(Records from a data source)
━━━━━━━━

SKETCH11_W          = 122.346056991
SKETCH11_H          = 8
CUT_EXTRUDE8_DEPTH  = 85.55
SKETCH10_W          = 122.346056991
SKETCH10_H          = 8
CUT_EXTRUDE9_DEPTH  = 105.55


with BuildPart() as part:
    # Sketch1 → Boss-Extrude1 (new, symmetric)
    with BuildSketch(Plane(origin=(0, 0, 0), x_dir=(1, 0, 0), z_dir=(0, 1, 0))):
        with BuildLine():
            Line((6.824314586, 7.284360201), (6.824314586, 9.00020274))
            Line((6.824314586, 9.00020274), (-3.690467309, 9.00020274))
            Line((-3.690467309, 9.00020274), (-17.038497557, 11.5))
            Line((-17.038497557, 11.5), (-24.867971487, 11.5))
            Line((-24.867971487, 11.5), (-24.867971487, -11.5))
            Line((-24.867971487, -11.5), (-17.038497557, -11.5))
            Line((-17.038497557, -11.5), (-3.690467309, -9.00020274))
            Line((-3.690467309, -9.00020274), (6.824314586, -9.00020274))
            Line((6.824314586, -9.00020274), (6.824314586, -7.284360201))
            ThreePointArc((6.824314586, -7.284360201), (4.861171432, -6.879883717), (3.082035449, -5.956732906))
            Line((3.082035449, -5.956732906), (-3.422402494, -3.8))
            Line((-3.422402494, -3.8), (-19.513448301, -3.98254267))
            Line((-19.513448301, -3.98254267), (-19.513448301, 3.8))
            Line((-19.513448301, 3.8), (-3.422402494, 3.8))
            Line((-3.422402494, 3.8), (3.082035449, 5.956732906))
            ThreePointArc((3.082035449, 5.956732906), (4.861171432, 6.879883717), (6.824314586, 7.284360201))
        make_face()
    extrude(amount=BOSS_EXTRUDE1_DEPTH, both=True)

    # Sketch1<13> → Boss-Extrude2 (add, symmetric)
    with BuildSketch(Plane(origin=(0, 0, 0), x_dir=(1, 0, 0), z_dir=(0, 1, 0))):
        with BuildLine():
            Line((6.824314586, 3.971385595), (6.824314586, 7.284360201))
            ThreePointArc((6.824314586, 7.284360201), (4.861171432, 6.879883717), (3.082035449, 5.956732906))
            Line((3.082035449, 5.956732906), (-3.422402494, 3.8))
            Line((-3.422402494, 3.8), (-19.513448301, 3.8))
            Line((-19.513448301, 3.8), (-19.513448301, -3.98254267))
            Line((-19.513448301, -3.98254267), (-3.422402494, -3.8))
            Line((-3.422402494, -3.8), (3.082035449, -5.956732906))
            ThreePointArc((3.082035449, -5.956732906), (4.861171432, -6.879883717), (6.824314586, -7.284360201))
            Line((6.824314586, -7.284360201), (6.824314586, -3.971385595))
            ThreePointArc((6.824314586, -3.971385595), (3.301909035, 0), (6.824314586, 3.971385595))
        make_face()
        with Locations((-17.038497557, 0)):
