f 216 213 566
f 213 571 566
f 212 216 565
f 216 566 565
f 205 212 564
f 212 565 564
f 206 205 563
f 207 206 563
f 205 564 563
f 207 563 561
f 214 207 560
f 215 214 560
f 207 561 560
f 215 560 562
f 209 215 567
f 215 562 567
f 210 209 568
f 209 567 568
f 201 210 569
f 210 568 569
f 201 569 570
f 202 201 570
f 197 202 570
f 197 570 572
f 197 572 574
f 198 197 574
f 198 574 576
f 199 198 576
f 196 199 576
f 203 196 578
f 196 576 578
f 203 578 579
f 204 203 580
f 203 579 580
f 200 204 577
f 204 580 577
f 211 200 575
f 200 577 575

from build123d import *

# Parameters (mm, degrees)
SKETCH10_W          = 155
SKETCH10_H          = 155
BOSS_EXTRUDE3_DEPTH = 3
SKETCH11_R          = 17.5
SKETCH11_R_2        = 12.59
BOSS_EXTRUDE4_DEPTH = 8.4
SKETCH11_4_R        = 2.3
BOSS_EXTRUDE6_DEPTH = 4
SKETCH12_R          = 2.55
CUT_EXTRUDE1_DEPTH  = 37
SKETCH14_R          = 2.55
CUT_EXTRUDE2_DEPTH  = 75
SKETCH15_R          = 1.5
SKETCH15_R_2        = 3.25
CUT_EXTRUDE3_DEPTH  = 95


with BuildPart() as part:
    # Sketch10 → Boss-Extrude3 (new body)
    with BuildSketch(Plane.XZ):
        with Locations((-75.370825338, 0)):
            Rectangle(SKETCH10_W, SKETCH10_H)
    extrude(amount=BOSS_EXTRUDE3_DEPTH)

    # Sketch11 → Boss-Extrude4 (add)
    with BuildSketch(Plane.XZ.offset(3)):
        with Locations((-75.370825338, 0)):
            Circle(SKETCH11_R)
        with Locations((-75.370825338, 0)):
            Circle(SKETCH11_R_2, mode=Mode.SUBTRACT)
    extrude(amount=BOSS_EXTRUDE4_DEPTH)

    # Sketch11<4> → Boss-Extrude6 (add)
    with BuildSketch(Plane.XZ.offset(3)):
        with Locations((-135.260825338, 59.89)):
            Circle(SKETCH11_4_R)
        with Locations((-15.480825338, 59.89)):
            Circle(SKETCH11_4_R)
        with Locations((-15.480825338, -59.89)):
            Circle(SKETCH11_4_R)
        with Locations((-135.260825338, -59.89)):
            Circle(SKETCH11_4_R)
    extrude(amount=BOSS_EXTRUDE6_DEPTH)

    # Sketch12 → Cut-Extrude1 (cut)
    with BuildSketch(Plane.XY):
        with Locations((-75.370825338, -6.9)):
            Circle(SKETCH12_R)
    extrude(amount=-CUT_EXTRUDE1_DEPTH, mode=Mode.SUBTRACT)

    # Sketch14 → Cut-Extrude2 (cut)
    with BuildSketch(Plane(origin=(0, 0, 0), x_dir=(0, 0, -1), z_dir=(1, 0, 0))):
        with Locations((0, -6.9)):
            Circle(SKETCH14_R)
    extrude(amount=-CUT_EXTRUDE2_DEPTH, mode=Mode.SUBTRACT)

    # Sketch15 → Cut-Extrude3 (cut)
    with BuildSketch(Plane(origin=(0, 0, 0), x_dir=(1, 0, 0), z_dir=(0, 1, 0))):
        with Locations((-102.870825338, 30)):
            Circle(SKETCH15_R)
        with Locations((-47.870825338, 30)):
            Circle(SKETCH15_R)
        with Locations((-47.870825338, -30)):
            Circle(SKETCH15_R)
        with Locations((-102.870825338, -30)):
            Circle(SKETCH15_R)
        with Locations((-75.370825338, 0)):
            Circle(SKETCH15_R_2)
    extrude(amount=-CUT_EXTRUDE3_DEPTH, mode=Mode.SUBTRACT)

━━━━━━━━

#### Exercise details
All of the data above should be set down word for word.

#### Problem solution
SKETCH11_W          = 122.346056991
SKETCH11_H          = 8
CUT_EXTRUDE8_DEPTH  = 85.55
SKETCH10_W          = 122.346056991
SKETCH10_H          = 8
CUT_EXTRUDE9_DEPTH  = 105.55


with BuildPart() as part:
    # Sketch1 → Boss-Extrude1 (new, symmetric)
    with BuildSketch(Plane(origin=(0, 0, 0), x_dir=(1, 0, 0), z_dir=(0, 1, 0))):
        with BuildLine():
            Line((6.824314586, 7.284360201), (6.824314586, 9.00020274))
            Line((6.824314586, 9.00020274), (-3.690467309, 9.00020274))
            Line((-3.690467309, 9.00020274), (-17.038497557, 11.5))
            Line((-17.038497557, 11.5), (-24.867971487, 11.5))
            Line((-24.867971487, 11.5), (-24.867971487, -11.5))
            Line((-24.867971487, -11.5), (-17.038497557, -11.5))
            Line((-17.038497557, -11.5), (-3.690467309, -9.00020274))
            Line((-3.690467309, -9.00020274), (6.824314586, -9.00020274))
            Line((6.824314586, -9.00020274), (6.824314586, -7.284360201))
            ThreePointArc((6.824314586, -7.284360201), (4.861171432, -6.879883717), (3.082035449, -5.956732906))
            Line((3.082035449, -5.956732906), (-3.422402494, -3.8))
            Line((-3.422402494, -3.8), (-19.513448301, -3.98254267))
            Line((-19.513448301, -3.98254267), (-19.513448301, 3.8))
            Line((-19.513448301, 3.8), (-3.422402494, 3.8))
            Line((-3.422402494, 3.8), (3.082035449, 5.956732906))
            ThreePointArc((3.082035449, 5.956732906), (4.861171432, 6.879883717), (6.824314586, 7.284360201))
        make_face()
    extrude(amount=BOSS_EXTRUDE1_DEPTH, both=True)

    # Sketch1<13> → Boss-Extrude2 (add, symmetric)
    with BuildSketch(Plane(origin=(0, 0, 0), x_dir=(1, 0, 0), z_dir=(0, 1, 0))):
        with BuildLine():
            Line((6.824314586, 3.971385595), (6.824314586, 7.284360201))
            ThreePointArc((6.824314586, 7.284360201), (4.861171432, 6.879883717), (3.082035449, 5.956732906))
            Line((3.082035449, 5.956732906), (-3.422402494, 3.8))
            Line((-3.422402494, 3.8), (-19.513448301, 3.8))
            Line((-19.513448301, 3.8), (-19.513448301, -3.98254267))
            Line((-19.513448301, -3.98254267), (-3.422402494, -3.8))
            Line((-3.422402494, -3.8), (3.082035449, -5.956732906))
            ThreePointArc((3.082035449, -5.956732906), (4.861171432, -6.879883717), (6.824314586, -7.284360201))
            Line((6.824314586, -7.284360201), (6.824314586, -3.971385595))
            ThreePointArc((6.824314586, -3.971385595), (3.301909035, 0), (6.824314586, 3.971385595))
        make_face()
        with Locations((-17.038497557, 0)):
f 216 213 566
f 213 571 566
f 212 216 565
f 216 566 565
f 205 212 564
f 212 565 564
f 206 205 563
f 207 206 563
f 205 564 563
f 207 563 561
f 214 207 560
f 215 214 560
f 207 561 560
f 215 560 562
f 209 215 567
f 215 562 567
f 210 209 568
f 209 567 568
f 201 210 569
f 210 568 569
f 201 569 570
f 202 201 570
f 197 202 570
f 197 570 572
f 197 572 574
f 198 197 574
f 198 574 576
f 199 198 576
f 196 199 576
f 203 196 578
f 196 576 578
f 203 578 579
f 204 203 580
f 203 579 580
f 200 204 577
f 204 580 577
f 211 200 575
f 200 577 575

from build123d import *

# Parameters (mm, degrees)
SKETCH10_W          = 155
SKETCH10_H          = 155
BOSS_EXTRUDE3_DEPTH = 3
SKETCH11_R          = 17.5
SKETCH11_R_2        = 12.59
BOSS_EXTRUDE4_DEPTH = 8.4
SKETCH11_4_R        = 2.3
BOSS_EXTRUDE6_DEPTH = 4
SKETCH12_R          = 2.55
CUT_EXTRUDE1_DEPTH  = 37
SKETCH14_R          = 2.55
CUT_EXTRUDE2_DEPTH  = 75
SKETCH15_R          = 1.5
SKETCH15_R_2        = 3.25
CUT_EXTRUDE3_DEPTH  = 95


with BuildPart() as part:
    # Sketch10 → Boss-Extrude3 (new body)
    with BuildSketch(Plane.XZ):
        with Locations((-75.370825338, 0)):
            Rectangle(SKETCH10_W, SKETCH10_H)
    extrude(amount=BOSS_EXTRUDE3_DEPTH)

    # Sketch11 → Boss-Extrude4 (add)
    with BuildSketch(Plane.XZ.offset(3)):
        with Locations((-75.370825338, 0)):
            Circle(SKETCH11_R)
        with Locations((-75.370825338, 0)):
            Circle(SKETCH11_R_2, mode=Mode.SUBTRACT)
    extrude(amount=BOSS_EXTRUDE4_DEPTH)

    # Sketch11<4> → Boss-Extrude6 (add)
    with BuildSketch(Plane.XZ.offset(3)):
        with Locations((-135.260825338, 59.89)):
            Circle(SKETCH11_4_R)
        with Locations((-15.480825338, 59.89)):
            Circle(SKETCH11_4_R)
        with Locations((-15.480825338, -59.89)):
            Circle(SKETCH11_4_R)
        with Locations((-135.260825338, -59.89)):
            Circle(SKETCH11_4_R)
    extrude(amount=BOSS_EXTRUDE6_DEPTH)

    # Sketch12 → Cut-Extrude1 (cut)
    with BuildSketch(Plane.XY):
        with Locations((-75.370825338, -6.9)):
            Circle(SKETCH12_R)
    extrude(amount=-CUT_EXTRUDE1_DEPTH, mode=Mode.SUBTRACT)

    # Sketch14 → Cut-Extrude2 (cut)
    with BuildSketch(Plane(origin=(0, 0, 0), x_dir=(0, 0, -1), z_dir=(1, 0, 0))):
        with Locations((0, -6.9)):
            Circle(SKETCH14_R)
    extrude(amount=-CUT_EXTRUDE2_DEPTH, mode=Mode.SUBTRACT)

    # Sketch15 → Cut-Extrude3 (cut)
    with BuildSketch(Plane(origin=(0, 0, 0), x_dir=(1, 0, 0), z_dir=(0, 1, 0))):
        with Locations((-102.870825338, 30)):
            Circle(SKETCH15_R)
        with Locations((-47.870825338, 30)):
            Circle(SKETCH15_R)
        with Locations((-47.870825338, -30)):
            Circle(SKETCH15_R)
        with Locations((-102.870825338, -30)):
            Circle(SKETCH15_R)
        with Locations((-75.370825338, 0)):
            Circle(SKETCH15_R_2)
    extrude(amount=-CUT_EXTRUDE3_DEPTH, mode=Mode.SUBTRACT)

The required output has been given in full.